I figure that, being an Abrams production, Undercovers will make Chuck look like a model of good stand-alone storytelling by comparison; I’m not really looking forward to seeing this subject get smothered in conspiracies and ongoing double-crosses. Yet I still get the feeling that it may have a chance to be more satisfying than Chuck, if only because of the decision to build the show around a spy couple that actually has a relationship, and a reason for liking each other. That, along with the fact that she has actual family relationships and such, may give Gugu Mbatha-Raw the chance to apply a fake American accent to something resembling a real character. And that would be a big improvement over Sarah on Chuck, who increasingly seems to me like the show’s weak link.

Having said that, I’m not really blaming Yvonne Strahovski. Not much, anyway. I don’t find her very interesting, with her blank stare and voice; she doesn’t make a spectacular impression when Sarah masquerades as other people, and she’s repeatedly out-classed by the female guest stars on the show (and it’s not like Kristen Kreuk is some kind of amazing super-talent who blows everyone else off the screen). I think it’s fair to assume that the show could have built Sarah into a stronger character if Strahovski had added more in performance; lots of characters start out bland and get better as the writers see what the actor can do.

But there is simply no telling how good or bad of an actress she is, or how much she could have added to her character: she doesn’t have a character to play. As written, Sarah is Fantasy Girl, the projection of every nerd dream, whose personality (such as it is) exists only to place her where the plot needs her to be: she must be attracted to Chuck, so she is given certain traits and personal issues that make this halfway plausible. The biggest trap a show like this can fall into is to create a heroine who is defined solely by her relationship to the hero, and I think Chuck usually falls right into that trap.

This would not be a major problem if the show was totally focused on the hero, with everyone else playing second banana to him. But Chuck has chosen to make the romance, and the Chuck-Sarah relationship, a huge part of the show. She’s not 99 from the first three seasons of Get Smart, the klutzy hero’s beautiful Dr. Watson; the show really wants us to care about where they’re going as a couple. But I personally (it goes without saying that this is my personal reaction, not what anyone else needs to believe) can’t care about her, because I don’t think she emerges as a person with interests and motivations of her own. The way to make Nerd Fantasy Girl into a real person is, usually, to give her non-romantic relationships of interest (i.e. Penny’s relationship with Sheldon on The Big Bang Theory, which almost single-handedly saved her from being an NFG), but I feel like Chuck has tried to do that and not really succeeded, particularly when it comes to her rather perfunctory relationship with Casey.

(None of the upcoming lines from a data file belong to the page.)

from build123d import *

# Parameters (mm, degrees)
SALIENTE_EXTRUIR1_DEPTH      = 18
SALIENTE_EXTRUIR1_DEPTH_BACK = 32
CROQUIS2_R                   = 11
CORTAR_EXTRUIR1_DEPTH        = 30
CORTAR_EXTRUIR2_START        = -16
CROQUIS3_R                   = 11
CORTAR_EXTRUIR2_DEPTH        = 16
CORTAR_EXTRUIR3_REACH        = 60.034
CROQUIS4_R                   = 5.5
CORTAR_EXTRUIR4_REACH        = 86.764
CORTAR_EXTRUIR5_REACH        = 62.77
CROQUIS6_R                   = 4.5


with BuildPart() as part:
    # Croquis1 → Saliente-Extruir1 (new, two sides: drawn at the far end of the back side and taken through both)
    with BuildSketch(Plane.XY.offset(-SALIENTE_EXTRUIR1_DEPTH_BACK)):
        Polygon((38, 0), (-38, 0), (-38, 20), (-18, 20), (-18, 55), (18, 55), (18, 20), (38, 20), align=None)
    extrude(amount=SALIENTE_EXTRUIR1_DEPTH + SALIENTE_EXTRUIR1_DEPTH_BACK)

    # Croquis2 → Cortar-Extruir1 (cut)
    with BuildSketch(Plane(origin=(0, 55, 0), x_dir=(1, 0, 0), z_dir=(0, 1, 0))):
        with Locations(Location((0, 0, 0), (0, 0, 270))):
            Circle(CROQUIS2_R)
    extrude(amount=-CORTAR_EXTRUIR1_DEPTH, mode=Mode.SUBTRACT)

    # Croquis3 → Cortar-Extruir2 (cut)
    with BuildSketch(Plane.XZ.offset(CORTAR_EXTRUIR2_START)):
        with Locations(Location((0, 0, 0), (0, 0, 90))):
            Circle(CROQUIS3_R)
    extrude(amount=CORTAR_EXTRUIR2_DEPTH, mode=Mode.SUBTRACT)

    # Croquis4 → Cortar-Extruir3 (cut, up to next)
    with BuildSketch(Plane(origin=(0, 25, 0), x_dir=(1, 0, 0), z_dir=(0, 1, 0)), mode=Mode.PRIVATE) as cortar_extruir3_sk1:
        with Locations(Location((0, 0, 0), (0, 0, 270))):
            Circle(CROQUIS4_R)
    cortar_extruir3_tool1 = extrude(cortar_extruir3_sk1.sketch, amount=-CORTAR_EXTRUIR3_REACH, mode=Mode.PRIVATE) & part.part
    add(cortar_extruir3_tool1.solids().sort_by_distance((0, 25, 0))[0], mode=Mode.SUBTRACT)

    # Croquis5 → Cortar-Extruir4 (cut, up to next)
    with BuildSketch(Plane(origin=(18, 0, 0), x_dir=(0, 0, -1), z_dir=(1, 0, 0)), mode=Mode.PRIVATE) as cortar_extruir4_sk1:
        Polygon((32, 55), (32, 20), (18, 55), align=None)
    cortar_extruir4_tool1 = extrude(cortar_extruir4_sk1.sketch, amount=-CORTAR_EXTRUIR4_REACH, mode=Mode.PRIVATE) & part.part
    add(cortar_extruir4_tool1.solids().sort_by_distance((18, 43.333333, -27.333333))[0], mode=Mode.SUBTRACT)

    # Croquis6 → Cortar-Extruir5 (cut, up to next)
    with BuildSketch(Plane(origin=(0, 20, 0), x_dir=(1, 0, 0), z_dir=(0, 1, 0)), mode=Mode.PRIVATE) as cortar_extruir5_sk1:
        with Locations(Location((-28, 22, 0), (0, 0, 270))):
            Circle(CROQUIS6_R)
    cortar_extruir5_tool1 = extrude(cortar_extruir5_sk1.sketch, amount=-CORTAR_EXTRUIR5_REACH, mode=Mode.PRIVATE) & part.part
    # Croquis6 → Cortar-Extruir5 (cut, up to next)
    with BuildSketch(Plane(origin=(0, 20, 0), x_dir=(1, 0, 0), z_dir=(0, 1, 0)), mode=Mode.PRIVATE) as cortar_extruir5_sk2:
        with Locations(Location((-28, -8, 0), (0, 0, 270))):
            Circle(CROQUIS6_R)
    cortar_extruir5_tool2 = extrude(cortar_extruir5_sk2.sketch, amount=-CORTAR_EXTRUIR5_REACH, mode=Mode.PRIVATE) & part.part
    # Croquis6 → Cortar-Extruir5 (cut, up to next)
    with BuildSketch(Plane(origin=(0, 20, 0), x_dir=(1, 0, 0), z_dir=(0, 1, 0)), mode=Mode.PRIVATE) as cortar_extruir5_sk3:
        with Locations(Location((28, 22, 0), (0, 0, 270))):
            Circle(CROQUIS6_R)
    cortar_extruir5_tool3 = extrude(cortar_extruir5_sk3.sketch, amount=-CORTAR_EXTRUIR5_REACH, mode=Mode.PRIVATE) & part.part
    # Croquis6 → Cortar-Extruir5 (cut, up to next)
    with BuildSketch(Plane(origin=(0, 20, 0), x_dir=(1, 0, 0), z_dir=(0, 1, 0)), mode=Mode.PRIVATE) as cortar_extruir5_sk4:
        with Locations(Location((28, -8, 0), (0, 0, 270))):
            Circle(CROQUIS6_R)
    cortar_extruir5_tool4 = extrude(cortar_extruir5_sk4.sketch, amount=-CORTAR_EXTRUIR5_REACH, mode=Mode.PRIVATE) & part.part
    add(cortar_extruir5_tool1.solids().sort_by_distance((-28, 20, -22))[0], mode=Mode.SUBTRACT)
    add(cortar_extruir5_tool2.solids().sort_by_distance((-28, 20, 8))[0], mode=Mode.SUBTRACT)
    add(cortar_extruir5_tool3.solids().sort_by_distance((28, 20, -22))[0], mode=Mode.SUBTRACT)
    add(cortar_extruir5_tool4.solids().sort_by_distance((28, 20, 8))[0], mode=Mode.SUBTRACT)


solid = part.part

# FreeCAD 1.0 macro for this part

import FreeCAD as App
import Part
import Sketcher
from FreeCAD import Vector


def add_polygon(sketch, points):
    """Adds a closed chain of lines whose ends are joined by coincident constraints."""
    first, n = sketch.GeometryCount, len(points)
    for a, b in zip(points, points[1:] + points[:1]):
        sketch.addGeometry(Part.LineSegment(App.Vector(*a, 0), App.Vector(*b, 0)), False)
    for i in range(n):
        sketch.addConstraint(Sketcher.Constraint("Coincident", first + i, 2, first + (i + 1) % n, 1))

doc = App.newDocument("Part")
body = doc.addObject("PartDesign::Body", "Body")

sketch1 = body.newObject("Sketcher::SketchObject", "Sketch")
sketch1.AttachmentSupport = (doc.getObject("XY_Plane"), [""])
sketch1.MapMode = "FlatFace"
add_polygon(sketch1, [(-38, 0), (38, 0), (38, 20), (18, 20), (18, 55), (-18, 55), (-18, 20), (-38, 20)])
sketch1.addConstraint([
    Sketcher.Constraint("Horizontal", 0),
    Sketcher.Constraint("Vertical", 1),
    Sketcher.Constraint("Horizontal", 2),
    Sketcher.Constraint("Vertical", 3),
    Sketcher.Constraint("Horizontal", 4),
    Sketcher.Constraint("Vertical", 5),
    Sketcher.Constraint("Horizontal", 6),
    Sketcher.Constraint("Vertical", 7),
    Sketcher.Constraint("Symmetric", 0, 2, 7, 2, -1, 1),
    Sketcher.Constraint("Symmetric", 2, 2, 5, 2, -2),
    Sketcher.Constraint("Equal", 6, 1),
    Sketcher.Constraint("DistanceX", 0, 1, 0, 2, 76.0),
    Sketcher.Constraint("DistanceX", 2, 2, 2, 1, 20.0),
    Sketcher.Constraint("DistanceY", 3, 1, 3, 2, 35.0),
])
pad1 = body.newObject("PartDesign::Pad", "Pad")
pad1.Profile = sketch1
pad1.Type = "TwoLengths"
pad1.Length = 18
pad1.Length2 = 32

sketch2 = body.newObject("Sketcher::SketchObject", "Sketch001")
sketch2.AttachmentSupport = (doc.getObject("XZ_Plane"), [""])
sketch2.MapMode = "FlatFace"
sketch2.AttachmentOffset = App.Placement(Vector(0, 0, -55), App.Rotation())
sketch2.addGeometry(Part.Circle(Vector(0, 0, 0), Vector(0, 0, 1), 11), False)
sketch2.addConstraint([
    Sketcher.Constraint("Coincident", 0, 3, -1, 1),
    Sketcher.Constraint("Diameter", 0, 22.0),
])
pocket1 = body.newObject("PartDesign::Pocket", "Pocket")
pocket1.Profile = sketch2
pocket1.Length = 30
pocket1.Reversed = True

sketch3 = body.newObject("Sketcher::SketchObject", "Sketch002")
sketch3.AttachmentSupport = (doc.getObject("XZ_Plane"), [""])
sketch3.MapMode = "FlatFace"
sketch3.AttachmentOffset = App.Placement(Vector(0, 0, -16), App.Rotation())
sketch3.addGeometry(Part.Circle(Vector(0, 0, 0), Vector(0, 0, 1), 11), False)
sketch3.addConstraint([
    Sketcher.Constraint("Coincident", 0, 3, -1, 1),
    Sketcher.Constraint("Diameter", 0, 22.0),
])
pocket2 = body.newObject("PartDesign::Pocket", "Pocket001")
pocket2.Profile = sketch3
pocket2.Length = 16
pocket2.Reversed = True

sketch4 = body.newObject("Sketcher::SketchObject", "Sketch003")
sketch4.AttachmentSupport = (doc.getObject("XZ_Plane"), [""])
sketch4.MapMode = "FlatFace"
sketch4.AttachmentOffset = App.Placement(Vector(0, 0, -25), App.Rotation())
sketch4.addGeometry(Part.Circle(Vector(0, 0, 0), Vector(0, 0, 1), 6), False)
sketch4.addConstraint([
    Sketcher.Constraint("Coincident", 0, 3, -1, 1),
    Sketcher.Constraint("Diameter", 0, 11.0),
])
pocket3 = body.newObject("PartDesign::Pocket", "Pocket002")
pocket3.Profile = sketch4
pocket3.Type = "UpToFirst"
pocket3.Reversed = True

sketch5 = body.newObject("Sketcher::SketchObject", "Sketch004")
sketch5.AttachmentSupport = (doc.getObject("YZ_Plane"), [""])
sketch5.MapMode = "FlatFace"
sketch5.AttachmentOffset = App.Placement(Vector(0, 0, 18), App.Rotation())
add_polygon(sketch5, [(20, -32), (55, -32), (55, -18)])
sketch5.addConstraint([
    Sketcher.Constraint("Horizontal", 0),
    Sketcher.Constraint("Vertical", 1),
    Sketcher.Constraint("DistanceX", 0, 1, 0, 2, 35.0),
    Sketcher.Constraint("DistanceY", 1, 1, 1, 2, 14.0),
    Sketcher.Constraint("DistanceX", -1, 1, 0, 2, 55.0),
    Sketcher.Constraint("DistanceY", 0, 2, -1, 1, 32.0),
])
pocket4 = body.newObject("PartDesign::Pocket", "Pocket003")
pocket4.Profile = sketch5
pocket4.Type = "UpToFirst"

sketch6 = body.newObject("Sketcher::SketchObject", "Sketch005")
sketch6.AttachmentSupport = (doc.getObject("XZ_Plane"), [""])
sketch6.MapMode = "FlatFace"
sketch6.AttachmentOffset = App.Placement(Vector(0, 0, -20), App.Rotation())
sketch6.addGeometry(Part.Circle(Vector(-28, -22, 0), Vector(0, 0, 1), 4.5), False)
sketch6.addConstraint([
    Sketcher.Constraint("Diameter", 0, 9.0),
    Sketcher.Constraint("DistanceX", 0, 3, -1, 1, 28.0),
    Sketcher.Constraint("DistanceY", 0, 3, -1, 1, 22.0),
])
pocket5 = body.newObject("PartDesign::Pocket", "Pocket004")
pocket5.Profile = sketch6
pocket5.Type = "UpToFirst"
pocket5.Reversed = True

sketch7 = body.newObject("Sketcher::SketchObject", "Sketch006")
sketch7.AttachmentSupport = (doc.getObject("XZ_Plane"), [""])
sketch7.MapMode = "FlatFace"
sketch7.AttachmentOffset = App.Placement(Vector(0, 0, -20), App.Rotation())
sketch7.addGeometry(Part.Circle(Vector(-28, 8, 0), Vector(0, 0, 1), 4.5), False)
sketch7.addConstraint([
    Sketcher.Constraint("Diameter", 0, 9.0),
    Sketcher.Constraint("DistanceX", 0, 3, -1, 1, 28.0),
    Sketcher.Constraint("DistanceY", -1, 1, 0, 3, 8.0),
])
pocket6 = body.newObject("PartDesign::Pocket", "Pocket005")
pocket6.Profile = sketch7
pocket6.Type = "UpToFirst"
pocket6.Reversed = True

sketch8 = body.newObject("Sketcher::SketchObject", "Sketch007")
sketch8.AttachmentSupport = (doc.getObject("XZ_Plane"), [""])
sketch8.MapMode = "FlatFace"
sketch8.AttachmentOffset = App.Placement(Vector(0, 0, -20), App.Rotation())
sketch8.addGeometry(Part.Circle(Vector(28, -22, 0), Vector(0, 0, 1), 4.5), False)
sketch8.addConstraint([
    Sketcher.Constraint("Diameter", 0, 9.0),
    Sketcher.Constraint("DistanceX", -1, 1, 0, 3, 28.0),
    Sketcher.Constraint("DistanceY", 0, 3, -1, 1, 22.0),
])
pocket7 = body.newObject("PartDesign::Pocket", "Pocket006")
pocket7.Profile = sketch8
pocket7.Type = "UpToFirst"
pocket7.Reversed = True

sketch9 = body.newObject("Sketcher::SketchObject", "Sketch008")
sketch9.AttachmentSupport = (doc.getObject("XZ_Plane"), [""])
sketch9.MapMode = "FlatFace"
sketch9.AttachmentOffset = App.Placement(Vector(0, 0, -20), App.Rotation())
sketch9.addGeometry(Part.Circle(Vector(28, 8, 0), Vector(0, 0, 1), 4.5), False)
sketch9.addConstraint([
    Sketcher.Constraint("Diameter", 0, 9.0),
    Sketcher.Constraint("DistanceX", -1, 1, 0, 3, 28.0),
    Sketcher.Constraint("DistanceY", -1, 1, 0, 3, 8.0),
])
pocket8 = body.newObject("PartDesign::Pocket", "Pocket007")
pocket8.Profile = sketch9
pocket8.Type = "UpToFirst"
pocket8.Reversed = True

doc.recompute()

Update: Some plausible points from a Sarah-defender who argues that the character (and the performance) has depth that I have missed, just not obvious depth.

Yvonne shows more with a smile and glance than almost any actress I’ve seen on television. And if you were actually paying ATTENTION to that you’d realize this is a much more complex character than what she appears to be on the surface.

And it’s PRECISELY because of who Sarah is: She’s a woman who’s life was spent with no REAL identity of her own. She was a pawn in her father’s scams and almost her entire childhood was spent being other people. Then right away she’s thrust into the CIA, where once AGAIN her life is spent being other people. Sarah is NOT a character that’s accustomed to putting her feelings out there. We know it from dialogue from Bryce in Season 1 that she’s not good about being up front about herself, and the first time she DID take that chance and put her feelings all out on the line, Chuck burned her (3×01). Her behavior in Season 3 was a direct extension of that as she withdrew into herself.

I’m not personally sure that “subtle” is the appropriate mode for a show like this, but as I say, it’s a plausible point.